Mesh-based Super-Resolution of Fluid Flows with Multiscale Graph Neural Networks
Shivam Barwey, Pinaki Pal, Saumil Patel, Riccardo Balin, Bethany Lusch, Venkatram Vishwanath, Romit Maulik, Ramesh Balakrishnan
TL;DR
This work addresses the challenge of producing high-resolution 3D fluid-flow fields from coarse mesh data by introducing a mesh-based, element-local, multiscale SRGNN. The architecture combines a coarse-scale processor, a graph unpooling layer, and a fine-scale processor to map $\mathbf{Y}_1(t)$ to $\mathbf{Y}_7(t)$, with node/edge features encoded into a shared latent space and synchronized message passing to enforce spatial consistency. Key contributions include the novel synchronized MP layer, KNN-based unpooling, and a residual, one-shot training objective tested on Taylor-Green Vortex, backward-facing step, and cavity flows, including Reynolds-number and geometry extrapolations. The results show substantial improvements over spectral-element interpolation, reveal how neighborhood size and multiscale processing impact fidelity, and demonstrate potential for cross-geometry transfer and targeted fine-tuning, enabling efficient mesh-aware super-resolution for complex 3D flows.
Abstract
A graph neural network (GNN) approach is introduced in this work which enables mesh-based three-dimensional super-resolution of fluid flows.
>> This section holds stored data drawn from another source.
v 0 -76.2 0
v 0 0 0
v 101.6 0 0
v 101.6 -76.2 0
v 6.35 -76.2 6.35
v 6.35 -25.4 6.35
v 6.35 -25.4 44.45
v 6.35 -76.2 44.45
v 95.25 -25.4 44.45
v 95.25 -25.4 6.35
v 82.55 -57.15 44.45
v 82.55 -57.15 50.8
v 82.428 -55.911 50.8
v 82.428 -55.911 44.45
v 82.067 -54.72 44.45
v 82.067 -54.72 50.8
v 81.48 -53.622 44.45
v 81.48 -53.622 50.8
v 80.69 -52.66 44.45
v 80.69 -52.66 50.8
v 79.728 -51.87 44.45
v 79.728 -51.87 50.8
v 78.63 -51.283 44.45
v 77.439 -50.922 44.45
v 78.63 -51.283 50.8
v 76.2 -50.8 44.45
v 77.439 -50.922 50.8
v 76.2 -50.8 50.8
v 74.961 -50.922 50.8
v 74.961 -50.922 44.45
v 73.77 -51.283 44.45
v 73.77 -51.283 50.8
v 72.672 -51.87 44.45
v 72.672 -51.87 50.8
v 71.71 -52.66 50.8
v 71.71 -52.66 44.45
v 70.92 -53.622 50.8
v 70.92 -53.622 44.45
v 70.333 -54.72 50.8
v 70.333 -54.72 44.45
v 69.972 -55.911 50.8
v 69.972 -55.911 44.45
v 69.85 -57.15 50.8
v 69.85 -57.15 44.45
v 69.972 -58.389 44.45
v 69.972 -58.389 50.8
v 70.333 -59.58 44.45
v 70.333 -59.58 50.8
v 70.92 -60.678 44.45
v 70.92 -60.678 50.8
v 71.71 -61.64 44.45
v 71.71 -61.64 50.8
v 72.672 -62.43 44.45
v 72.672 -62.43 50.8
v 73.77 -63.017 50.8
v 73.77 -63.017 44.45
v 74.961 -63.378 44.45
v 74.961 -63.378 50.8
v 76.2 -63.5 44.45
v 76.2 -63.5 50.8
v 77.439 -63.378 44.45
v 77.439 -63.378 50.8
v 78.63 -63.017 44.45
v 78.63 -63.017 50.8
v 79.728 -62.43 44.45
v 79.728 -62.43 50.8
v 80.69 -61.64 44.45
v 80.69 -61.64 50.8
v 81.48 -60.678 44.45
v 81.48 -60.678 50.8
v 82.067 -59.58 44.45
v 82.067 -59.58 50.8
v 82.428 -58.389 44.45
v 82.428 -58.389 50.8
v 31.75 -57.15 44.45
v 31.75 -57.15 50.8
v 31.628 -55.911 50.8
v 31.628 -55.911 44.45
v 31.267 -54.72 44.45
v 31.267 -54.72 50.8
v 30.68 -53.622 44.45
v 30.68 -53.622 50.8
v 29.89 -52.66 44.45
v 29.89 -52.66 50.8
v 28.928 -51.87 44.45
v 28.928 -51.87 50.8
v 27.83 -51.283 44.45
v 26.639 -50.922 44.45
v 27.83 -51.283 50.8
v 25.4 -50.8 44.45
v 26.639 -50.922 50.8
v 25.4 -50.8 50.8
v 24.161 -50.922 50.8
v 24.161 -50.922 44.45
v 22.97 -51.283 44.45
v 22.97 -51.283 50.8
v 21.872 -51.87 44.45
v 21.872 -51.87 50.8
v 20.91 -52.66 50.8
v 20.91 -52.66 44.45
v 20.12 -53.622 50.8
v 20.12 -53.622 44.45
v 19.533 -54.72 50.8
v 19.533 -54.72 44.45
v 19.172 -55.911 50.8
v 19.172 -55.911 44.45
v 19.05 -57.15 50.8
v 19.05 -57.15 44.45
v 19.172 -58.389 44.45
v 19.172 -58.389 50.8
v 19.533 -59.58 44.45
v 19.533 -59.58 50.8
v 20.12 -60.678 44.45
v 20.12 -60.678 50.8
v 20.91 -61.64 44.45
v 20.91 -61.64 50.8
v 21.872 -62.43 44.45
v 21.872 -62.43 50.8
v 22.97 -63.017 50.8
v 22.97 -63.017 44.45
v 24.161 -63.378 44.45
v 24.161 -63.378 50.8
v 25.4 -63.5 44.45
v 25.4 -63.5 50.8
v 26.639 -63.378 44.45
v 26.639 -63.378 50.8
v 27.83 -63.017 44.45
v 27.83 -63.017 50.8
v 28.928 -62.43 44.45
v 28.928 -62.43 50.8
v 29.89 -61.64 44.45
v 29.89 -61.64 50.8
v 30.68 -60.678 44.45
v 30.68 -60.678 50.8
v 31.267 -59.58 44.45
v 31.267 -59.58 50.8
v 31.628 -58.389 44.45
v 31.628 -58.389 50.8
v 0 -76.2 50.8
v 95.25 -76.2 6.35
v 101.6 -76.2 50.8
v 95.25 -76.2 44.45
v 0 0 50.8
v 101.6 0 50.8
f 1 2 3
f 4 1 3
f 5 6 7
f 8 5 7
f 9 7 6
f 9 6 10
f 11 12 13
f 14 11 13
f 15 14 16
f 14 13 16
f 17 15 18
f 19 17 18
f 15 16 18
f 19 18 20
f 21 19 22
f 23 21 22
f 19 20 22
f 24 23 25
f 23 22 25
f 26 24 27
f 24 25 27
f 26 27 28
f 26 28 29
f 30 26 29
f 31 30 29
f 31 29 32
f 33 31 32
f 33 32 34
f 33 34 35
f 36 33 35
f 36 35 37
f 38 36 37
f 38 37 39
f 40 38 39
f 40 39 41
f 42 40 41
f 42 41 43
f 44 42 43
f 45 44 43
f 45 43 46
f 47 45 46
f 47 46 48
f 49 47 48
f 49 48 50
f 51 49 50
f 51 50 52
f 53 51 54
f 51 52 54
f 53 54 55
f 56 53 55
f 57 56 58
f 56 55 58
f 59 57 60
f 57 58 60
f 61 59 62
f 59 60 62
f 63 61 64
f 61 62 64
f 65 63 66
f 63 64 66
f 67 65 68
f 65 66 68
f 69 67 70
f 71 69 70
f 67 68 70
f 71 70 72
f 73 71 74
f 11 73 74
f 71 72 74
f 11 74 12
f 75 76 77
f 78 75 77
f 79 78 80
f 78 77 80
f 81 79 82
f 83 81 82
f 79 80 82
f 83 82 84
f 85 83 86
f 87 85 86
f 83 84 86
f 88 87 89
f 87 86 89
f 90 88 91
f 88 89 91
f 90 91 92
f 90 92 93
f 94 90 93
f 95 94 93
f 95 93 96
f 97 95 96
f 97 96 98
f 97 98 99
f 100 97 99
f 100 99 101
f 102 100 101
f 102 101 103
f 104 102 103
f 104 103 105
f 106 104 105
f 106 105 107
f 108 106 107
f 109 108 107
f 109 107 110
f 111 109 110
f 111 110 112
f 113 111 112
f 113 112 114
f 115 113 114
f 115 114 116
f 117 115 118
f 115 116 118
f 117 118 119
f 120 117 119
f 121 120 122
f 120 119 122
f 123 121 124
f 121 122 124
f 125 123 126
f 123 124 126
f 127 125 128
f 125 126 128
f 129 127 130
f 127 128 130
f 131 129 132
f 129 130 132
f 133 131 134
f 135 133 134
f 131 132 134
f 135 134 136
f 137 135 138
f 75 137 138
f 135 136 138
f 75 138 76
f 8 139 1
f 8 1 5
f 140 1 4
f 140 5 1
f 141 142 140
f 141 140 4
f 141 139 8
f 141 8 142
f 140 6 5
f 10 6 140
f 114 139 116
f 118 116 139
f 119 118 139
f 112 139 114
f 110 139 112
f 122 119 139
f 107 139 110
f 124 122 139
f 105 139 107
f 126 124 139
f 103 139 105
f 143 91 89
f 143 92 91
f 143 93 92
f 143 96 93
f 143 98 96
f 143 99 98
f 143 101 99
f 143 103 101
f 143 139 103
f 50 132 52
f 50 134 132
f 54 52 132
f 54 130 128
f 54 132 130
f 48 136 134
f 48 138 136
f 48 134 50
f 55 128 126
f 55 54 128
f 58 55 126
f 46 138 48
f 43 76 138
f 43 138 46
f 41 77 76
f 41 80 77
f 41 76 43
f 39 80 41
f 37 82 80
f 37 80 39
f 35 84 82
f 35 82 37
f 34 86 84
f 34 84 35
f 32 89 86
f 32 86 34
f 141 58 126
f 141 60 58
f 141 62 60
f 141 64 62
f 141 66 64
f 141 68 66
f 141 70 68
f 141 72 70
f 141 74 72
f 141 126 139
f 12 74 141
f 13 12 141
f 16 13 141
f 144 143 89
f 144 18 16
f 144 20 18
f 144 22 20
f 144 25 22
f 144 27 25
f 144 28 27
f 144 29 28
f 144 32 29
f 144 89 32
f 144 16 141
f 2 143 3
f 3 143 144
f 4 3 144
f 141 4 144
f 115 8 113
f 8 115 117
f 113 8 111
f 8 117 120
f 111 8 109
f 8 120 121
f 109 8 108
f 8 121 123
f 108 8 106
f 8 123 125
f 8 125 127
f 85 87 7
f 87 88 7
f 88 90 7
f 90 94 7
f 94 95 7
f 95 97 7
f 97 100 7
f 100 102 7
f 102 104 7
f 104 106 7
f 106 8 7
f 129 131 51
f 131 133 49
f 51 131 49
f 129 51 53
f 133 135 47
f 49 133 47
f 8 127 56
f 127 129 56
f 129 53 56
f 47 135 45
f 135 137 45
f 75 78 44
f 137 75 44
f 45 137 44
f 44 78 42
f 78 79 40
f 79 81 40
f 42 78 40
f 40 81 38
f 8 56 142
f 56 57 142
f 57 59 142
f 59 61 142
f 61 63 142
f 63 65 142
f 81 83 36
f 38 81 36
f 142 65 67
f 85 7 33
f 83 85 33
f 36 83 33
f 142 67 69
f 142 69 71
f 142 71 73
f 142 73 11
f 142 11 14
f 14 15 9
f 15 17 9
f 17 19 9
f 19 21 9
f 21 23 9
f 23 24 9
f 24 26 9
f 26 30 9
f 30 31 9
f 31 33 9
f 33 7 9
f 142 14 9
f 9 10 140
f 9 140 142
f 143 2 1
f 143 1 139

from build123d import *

# Parameters (mm, degrees)
F0_W     = 101.6
F0_H     = 50.8
F0_W_2   = 88.9
F0_H_2   = 38.1
F1_DEPTH = 76.2
F2_W     = 88.9
F2_H     = 38.1
F3_DEPTH = 25.4
F4_R     = 6.35
F5_DEPTH = 25.4


with BuildPart() as f1:
    # F0 (on Front) → F1 (new body)
    with BuildSketch(Plane.XZ):
        with Locations((50.8, 25.4)):
            Rectangle(F0_W, F0_H)
        with Locations((50.8, 25.4)):
            Rectangle(F0_W_2, F0_H_2, mode=Mode.SUBTRACT)
    extrude(amount=F1_DEPTH)

    # F2 (on Front) → F3 (join)
    with BuildSketch(Plane.XZ):
        with Locations((50.8, 25.4)):
            Rectangle(F2_W, F2_H)
    extrude(amount=F3_DEPTH)

    # F4 (on face) → F5 (cut)
    with BuildSketch(Plane.XY.offset(50.8)):
        with Locations((25.4, -57.15)):
            Circle(F4_R)
        with Locations((76.2, -57.15)):
            Circle(F4_R)
    extrude(amount=-F5_DEPTH, mode=Mode.SUBTRACT)


solid = f1.part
In this framework, the GNN is designed to operate not on the full mesh-based field at once, but on localized meshes of elements (or cells) directly. To facilitate mesh-based GNN representations in a manner similar to spectral (or finite) element discretizations, a baseline GNN layer (termed a message passing layer, which updates local node properties) is modified to account for synchronization of coincident graph nodes, rendering compatibility with commonly used element-based mesh connectivities. The architecture is multiscale in nature, and is comprised of a combination of coarse-scale and fine-scale message passing layer sequences (termed processors) separated by a graph unpooling layer. The coarse-scale processor embeds a query element (alongside a set number of neighboring coarse elements) into a single latent graph representation using coarse-scale synchronized message passing over the element neighborhood, and the fine-scale processor leverages additional message passing operations on this latent graph to correct for interpolation errors. Demonstration studies are performed using hexahedral mesh-based data from Taylor-Green Vortex and backward-facing step flow simulations at Reynolds numbers of 1600 and 3200. Through analysis of both global and local errors, the results ultimately show how the GNN is able to produce accurate super-resolved fields compared to targets in both coarse-scale and multiscale model configurations. Reconstruction errors for fixed architectures were found to increase in proportion to the Reynolds number. Geometry extrapolation studies on a separate cavity flow configuration show promising cross-mesh capabilities of the super-resolution strategy.